**Problem statement**
Going down the listing below, print exactly each line from the one with "f 185 184 159" up to and including the one with "f 20 195 196", and skip the rest.

----------------

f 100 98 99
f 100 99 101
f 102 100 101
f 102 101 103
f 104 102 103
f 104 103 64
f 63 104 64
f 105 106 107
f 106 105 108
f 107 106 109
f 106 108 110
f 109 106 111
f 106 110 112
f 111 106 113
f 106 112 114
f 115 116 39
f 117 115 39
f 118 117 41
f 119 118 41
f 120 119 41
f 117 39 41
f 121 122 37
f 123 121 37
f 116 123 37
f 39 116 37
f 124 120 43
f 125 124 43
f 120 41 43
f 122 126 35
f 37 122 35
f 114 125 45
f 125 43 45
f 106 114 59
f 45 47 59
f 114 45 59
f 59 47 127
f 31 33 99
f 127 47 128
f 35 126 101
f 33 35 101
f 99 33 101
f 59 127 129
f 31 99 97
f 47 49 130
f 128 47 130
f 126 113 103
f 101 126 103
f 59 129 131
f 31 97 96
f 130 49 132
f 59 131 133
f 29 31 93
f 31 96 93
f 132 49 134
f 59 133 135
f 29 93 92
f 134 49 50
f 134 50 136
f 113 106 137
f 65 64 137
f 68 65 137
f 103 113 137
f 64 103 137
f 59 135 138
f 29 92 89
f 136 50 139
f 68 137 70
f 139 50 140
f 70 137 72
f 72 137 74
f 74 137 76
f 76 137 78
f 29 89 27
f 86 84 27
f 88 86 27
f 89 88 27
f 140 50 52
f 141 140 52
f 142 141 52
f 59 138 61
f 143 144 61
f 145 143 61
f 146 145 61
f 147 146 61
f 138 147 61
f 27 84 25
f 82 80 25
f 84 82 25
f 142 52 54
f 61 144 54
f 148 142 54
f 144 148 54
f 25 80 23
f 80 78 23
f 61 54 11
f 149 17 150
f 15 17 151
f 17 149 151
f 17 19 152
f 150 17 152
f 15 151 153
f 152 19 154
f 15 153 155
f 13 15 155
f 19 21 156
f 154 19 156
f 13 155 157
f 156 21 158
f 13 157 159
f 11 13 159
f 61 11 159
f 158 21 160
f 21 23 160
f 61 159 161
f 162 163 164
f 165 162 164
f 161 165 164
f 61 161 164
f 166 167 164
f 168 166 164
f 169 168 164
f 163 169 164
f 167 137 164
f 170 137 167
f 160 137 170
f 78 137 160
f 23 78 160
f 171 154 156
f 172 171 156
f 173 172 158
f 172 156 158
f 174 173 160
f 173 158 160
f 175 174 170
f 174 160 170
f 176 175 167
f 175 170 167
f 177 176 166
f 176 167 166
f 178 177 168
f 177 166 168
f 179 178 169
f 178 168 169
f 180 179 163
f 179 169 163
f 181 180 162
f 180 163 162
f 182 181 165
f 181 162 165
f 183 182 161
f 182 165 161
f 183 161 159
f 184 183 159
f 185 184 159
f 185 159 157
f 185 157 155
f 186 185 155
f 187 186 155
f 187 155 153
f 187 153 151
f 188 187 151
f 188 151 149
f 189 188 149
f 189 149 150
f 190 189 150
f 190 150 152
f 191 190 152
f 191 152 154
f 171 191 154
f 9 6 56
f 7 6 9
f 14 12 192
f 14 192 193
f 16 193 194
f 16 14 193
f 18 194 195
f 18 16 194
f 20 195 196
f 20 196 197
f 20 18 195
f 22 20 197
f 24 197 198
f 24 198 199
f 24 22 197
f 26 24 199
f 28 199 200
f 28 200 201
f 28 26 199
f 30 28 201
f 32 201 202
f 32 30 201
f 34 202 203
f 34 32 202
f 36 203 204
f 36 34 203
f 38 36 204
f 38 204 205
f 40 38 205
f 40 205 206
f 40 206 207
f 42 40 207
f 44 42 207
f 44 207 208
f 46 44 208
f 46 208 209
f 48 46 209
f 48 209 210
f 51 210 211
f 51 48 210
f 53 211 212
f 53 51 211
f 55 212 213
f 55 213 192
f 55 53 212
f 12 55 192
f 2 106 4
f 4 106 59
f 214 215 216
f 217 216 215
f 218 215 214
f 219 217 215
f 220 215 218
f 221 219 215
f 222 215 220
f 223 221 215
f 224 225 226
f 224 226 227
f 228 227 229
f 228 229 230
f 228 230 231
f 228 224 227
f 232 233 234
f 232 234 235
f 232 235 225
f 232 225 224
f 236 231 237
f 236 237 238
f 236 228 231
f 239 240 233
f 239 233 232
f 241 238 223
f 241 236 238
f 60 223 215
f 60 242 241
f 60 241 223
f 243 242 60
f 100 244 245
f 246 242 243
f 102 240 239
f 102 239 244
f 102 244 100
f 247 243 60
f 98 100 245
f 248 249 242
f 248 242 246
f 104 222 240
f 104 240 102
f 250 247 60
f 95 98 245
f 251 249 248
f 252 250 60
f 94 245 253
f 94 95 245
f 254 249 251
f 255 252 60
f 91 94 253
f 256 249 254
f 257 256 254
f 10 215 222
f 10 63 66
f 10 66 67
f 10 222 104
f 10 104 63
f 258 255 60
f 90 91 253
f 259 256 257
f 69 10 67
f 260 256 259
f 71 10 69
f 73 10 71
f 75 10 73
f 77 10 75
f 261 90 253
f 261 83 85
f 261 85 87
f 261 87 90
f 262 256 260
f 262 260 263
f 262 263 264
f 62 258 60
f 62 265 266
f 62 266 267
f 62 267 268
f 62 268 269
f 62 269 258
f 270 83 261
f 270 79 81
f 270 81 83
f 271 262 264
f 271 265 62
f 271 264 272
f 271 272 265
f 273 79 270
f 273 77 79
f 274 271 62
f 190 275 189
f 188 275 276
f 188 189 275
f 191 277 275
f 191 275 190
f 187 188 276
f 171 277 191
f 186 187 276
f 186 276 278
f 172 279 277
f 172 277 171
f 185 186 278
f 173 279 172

----------------

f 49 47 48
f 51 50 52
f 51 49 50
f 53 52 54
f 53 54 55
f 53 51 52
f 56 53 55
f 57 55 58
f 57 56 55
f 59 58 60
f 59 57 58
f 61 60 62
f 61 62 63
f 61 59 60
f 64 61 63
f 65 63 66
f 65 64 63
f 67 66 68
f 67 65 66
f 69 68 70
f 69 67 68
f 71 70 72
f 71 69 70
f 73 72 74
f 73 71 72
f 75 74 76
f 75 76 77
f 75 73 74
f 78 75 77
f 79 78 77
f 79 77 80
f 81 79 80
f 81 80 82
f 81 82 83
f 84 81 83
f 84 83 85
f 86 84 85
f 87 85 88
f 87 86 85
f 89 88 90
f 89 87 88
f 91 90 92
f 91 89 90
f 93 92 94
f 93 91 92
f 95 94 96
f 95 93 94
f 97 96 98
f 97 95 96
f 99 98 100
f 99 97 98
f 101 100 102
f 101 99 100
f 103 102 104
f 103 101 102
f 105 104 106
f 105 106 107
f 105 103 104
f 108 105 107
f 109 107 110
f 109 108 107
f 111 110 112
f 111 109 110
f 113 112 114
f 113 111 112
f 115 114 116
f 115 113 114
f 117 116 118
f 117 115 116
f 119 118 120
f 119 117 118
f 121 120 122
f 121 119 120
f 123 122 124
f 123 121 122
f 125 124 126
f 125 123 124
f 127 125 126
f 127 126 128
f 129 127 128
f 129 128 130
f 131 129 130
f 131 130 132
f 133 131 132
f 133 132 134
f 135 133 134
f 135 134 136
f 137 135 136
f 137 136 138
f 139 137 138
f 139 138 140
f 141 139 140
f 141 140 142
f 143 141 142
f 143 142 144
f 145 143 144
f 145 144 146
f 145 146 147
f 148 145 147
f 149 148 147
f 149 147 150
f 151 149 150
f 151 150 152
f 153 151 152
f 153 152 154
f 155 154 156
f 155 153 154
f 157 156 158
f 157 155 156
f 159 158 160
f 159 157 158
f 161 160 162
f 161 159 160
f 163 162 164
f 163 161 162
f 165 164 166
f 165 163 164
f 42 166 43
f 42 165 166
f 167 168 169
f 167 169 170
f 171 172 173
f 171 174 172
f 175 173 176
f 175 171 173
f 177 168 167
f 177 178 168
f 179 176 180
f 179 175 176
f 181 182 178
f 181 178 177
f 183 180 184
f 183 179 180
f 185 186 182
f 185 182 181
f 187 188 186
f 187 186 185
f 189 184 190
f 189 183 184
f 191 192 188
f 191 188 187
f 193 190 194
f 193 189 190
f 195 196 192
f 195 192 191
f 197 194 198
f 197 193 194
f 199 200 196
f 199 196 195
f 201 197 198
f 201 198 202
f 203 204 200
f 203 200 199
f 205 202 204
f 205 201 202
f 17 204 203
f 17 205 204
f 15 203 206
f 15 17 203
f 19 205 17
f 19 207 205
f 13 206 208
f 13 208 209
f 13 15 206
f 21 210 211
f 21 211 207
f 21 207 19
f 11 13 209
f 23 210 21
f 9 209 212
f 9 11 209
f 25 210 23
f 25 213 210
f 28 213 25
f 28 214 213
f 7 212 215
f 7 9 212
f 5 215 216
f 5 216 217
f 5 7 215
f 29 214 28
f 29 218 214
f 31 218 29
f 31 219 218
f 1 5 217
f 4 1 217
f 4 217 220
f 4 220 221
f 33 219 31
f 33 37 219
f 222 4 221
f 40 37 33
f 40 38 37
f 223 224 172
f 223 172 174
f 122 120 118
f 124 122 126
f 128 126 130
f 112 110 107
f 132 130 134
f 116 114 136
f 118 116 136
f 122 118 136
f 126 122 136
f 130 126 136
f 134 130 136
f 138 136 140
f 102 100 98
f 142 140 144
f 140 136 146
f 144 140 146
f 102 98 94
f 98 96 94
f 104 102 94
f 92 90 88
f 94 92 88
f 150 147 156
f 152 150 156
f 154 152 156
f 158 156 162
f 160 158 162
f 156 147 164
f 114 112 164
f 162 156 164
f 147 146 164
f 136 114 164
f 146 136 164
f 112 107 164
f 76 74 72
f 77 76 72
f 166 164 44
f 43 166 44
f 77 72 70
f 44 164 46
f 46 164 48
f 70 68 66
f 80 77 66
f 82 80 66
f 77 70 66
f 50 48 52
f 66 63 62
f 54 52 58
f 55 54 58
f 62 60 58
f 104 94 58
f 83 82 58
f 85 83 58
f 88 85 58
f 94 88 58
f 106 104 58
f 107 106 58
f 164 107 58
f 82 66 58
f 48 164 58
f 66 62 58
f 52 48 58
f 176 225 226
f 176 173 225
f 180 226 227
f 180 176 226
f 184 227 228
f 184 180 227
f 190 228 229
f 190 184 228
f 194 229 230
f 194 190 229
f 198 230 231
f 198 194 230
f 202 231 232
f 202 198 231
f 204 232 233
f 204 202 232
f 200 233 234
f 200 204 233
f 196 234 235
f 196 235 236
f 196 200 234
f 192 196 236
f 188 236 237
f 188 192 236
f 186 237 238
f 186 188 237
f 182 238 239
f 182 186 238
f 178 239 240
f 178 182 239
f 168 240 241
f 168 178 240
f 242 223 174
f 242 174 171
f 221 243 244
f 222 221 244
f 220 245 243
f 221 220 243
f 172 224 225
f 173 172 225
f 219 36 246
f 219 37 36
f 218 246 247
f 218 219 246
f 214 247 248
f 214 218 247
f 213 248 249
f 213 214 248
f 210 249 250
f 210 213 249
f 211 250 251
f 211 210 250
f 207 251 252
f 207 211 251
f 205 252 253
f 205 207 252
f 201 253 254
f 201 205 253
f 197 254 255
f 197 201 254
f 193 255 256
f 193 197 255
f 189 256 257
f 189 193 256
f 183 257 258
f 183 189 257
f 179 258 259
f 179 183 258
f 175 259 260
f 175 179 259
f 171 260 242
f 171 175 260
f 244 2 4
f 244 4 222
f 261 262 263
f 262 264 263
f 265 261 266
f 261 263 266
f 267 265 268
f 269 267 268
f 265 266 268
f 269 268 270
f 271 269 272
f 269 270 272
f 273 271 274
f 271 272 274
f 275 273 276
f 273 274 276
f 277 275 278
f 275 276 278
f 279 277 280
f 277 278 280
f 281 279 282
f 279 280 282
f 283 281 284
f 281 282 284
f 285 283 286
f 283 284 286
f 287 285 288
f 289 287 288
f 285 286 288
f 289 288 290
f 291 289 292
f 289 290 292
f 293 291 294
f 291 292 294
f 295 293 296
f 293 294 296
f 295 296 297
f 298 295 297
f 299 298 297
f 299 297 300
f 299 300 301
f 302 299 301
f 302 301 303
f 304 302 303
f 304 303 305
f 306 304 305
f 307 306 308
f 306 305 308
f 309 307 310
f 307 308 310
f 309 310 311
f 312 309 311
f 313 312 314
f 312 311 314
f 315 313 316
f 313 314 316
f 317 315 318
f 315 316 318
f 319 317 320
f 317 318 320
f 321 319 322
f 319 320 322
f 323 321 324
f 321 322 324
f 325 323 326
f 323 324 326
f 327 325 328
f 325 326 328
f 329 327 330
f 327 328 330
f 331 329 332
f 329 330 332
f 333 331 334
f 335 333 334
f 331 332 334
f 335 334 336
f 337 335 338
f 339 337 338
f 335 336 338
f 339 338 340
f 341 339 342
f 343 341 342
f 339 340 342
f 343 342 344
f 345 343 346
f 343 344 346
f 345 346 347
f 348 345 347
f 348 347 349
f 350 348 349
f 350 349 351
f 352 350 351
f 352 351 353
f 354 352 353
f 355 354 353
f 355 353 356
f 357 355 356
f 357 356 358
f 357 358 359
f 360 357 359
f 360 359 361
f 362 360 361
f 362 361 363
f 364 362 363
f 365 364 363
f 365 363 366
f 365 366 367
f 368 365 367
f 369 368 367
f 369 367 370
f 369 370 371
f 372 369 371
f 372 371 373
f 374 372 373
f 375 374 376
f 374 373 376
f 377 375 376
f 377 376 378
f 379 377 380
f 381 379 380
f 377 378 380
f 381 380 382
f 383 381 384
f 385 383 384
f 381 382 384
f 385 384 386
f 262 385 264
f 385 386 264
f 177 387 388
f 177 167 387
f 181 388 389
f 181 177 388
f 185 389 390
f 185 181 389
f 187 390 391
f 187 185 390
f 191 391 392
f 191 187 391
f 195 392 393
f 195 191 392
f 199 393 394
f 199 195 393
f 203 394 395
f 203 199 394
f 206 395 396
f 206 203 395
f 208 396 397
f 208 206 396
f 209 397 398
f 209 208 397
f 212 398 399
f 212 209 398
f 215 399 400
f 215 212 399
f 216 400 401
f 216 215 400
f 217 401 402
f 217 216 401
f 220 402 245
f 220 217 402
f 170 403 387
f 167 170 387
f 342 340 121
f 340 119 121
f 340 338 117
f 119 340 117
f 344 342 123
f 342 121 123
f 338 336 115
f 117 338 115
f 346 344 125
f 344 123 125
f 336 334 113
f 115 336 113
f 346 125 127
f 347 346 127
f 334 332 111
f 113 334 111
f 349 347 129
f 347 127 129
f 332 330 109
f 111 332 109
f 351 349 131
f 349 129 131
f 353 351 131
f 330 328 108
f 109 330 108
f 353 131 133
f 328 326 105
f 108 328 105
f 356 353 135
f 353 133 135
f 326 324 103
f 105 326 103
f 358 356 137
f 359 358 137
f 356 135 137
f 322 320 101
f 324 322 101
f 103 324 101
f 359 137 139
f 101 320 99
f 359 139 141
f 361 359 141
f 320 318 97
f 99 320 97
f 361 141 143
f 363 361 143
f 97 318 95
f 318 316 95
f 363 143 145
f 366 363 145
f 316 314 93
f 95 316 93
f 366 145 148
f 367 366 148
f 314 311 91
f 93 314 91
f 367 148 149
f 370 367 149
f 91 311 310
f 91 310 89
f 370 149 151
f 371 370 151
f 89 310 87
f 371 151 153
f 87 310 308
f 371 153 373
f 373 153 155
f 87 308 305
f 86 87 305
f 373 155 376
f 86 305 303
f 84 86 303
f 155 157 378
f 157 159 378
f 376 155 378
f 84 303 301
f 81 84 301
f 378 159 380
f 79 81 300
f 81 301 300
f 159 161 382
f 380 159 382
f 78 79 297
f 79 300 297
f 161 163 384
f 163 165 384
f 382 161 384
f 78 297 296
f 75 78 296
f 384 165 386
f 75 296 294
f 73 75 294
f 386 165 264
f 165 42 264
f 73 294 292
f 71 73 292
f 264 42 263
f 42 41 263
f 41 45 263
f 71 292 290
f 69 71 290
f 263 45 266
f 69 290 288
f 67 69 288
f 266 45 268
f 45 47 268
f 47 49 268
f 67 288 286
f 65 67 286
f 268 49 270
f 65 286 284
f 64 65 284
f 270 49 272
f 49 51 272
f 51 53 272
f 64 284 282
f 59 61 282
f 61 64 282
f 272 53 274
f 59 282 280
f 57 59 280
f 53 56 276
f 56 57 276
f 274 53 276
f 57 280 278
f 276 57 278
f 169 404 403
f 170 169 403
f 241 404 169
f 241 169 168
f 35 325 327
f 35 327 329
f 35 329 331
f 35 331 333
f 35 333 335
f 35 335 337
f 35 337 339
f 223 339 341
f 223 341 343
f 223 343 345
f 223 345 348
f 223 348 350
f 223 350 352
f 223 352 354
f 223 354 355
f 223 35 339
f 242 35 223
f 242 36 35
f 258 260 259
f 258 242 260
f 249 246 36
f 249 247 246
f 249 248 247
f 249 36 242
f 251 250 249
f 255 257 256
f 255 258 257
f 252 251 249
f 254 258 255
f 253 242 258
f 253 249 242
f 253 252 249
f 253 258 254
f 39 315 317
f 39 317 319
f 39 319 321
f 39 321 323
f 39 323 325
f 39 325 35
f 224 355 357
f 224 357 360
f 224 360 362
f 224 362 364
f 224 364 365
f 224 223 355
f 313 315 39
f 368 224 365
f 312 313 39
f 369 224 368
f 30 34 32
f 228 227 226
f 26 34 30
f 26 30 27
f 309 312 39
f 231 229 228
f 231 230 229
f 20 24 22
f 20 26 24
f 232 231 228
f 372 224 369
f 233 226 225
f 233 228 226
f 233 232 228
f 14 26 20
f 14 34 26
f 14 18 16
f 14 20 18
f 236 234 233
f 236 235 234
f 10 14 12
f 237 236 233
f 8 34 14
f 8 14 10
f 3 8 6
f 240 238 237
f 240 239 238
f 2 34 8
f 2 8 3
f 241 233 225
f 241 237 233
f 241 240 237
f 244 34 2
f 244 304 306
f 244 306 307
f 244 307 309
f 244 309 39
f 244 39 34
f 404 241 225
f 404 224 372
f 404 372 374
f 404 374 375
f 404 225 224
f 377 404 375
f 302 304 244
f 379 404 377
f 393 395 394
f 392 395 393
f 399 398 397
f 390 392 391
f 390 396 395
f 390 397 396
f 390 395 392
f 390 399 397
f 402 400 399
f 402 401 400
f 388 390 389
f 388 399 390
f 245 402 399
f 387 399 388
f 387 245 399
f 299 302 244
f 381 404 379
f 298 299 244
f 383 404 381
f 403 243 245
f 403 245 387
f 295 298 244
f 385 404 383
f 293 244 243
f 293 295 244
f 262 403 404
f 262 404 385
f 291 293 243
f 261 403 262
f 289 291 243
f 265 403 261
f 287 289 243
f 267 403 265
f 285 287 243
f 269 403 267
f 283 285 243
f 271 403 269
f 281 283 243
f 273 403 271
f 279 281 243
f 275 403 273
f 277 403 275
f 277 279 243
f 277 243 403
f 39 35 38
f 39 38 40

----------------

**Solution for this problem**
f 185 184 159
f 185 159 157
f 185 157 155
f 186 185 155
f 187 186 155
f 187 155 153
f 187 153 151
f 188 187 151
f 188 151 149
f 189 188 149
f 189 149 150
f 190 189 150
f 190 150 152
f 191 190 152
f 191 152 154
f 171 191 154
f 9 6 56
f 7 6 9
f 14 12 192
f 14 192 193
f 16 193 194
f 16 14 193
f 18 194 195
f 18 16 194
f 20 195 196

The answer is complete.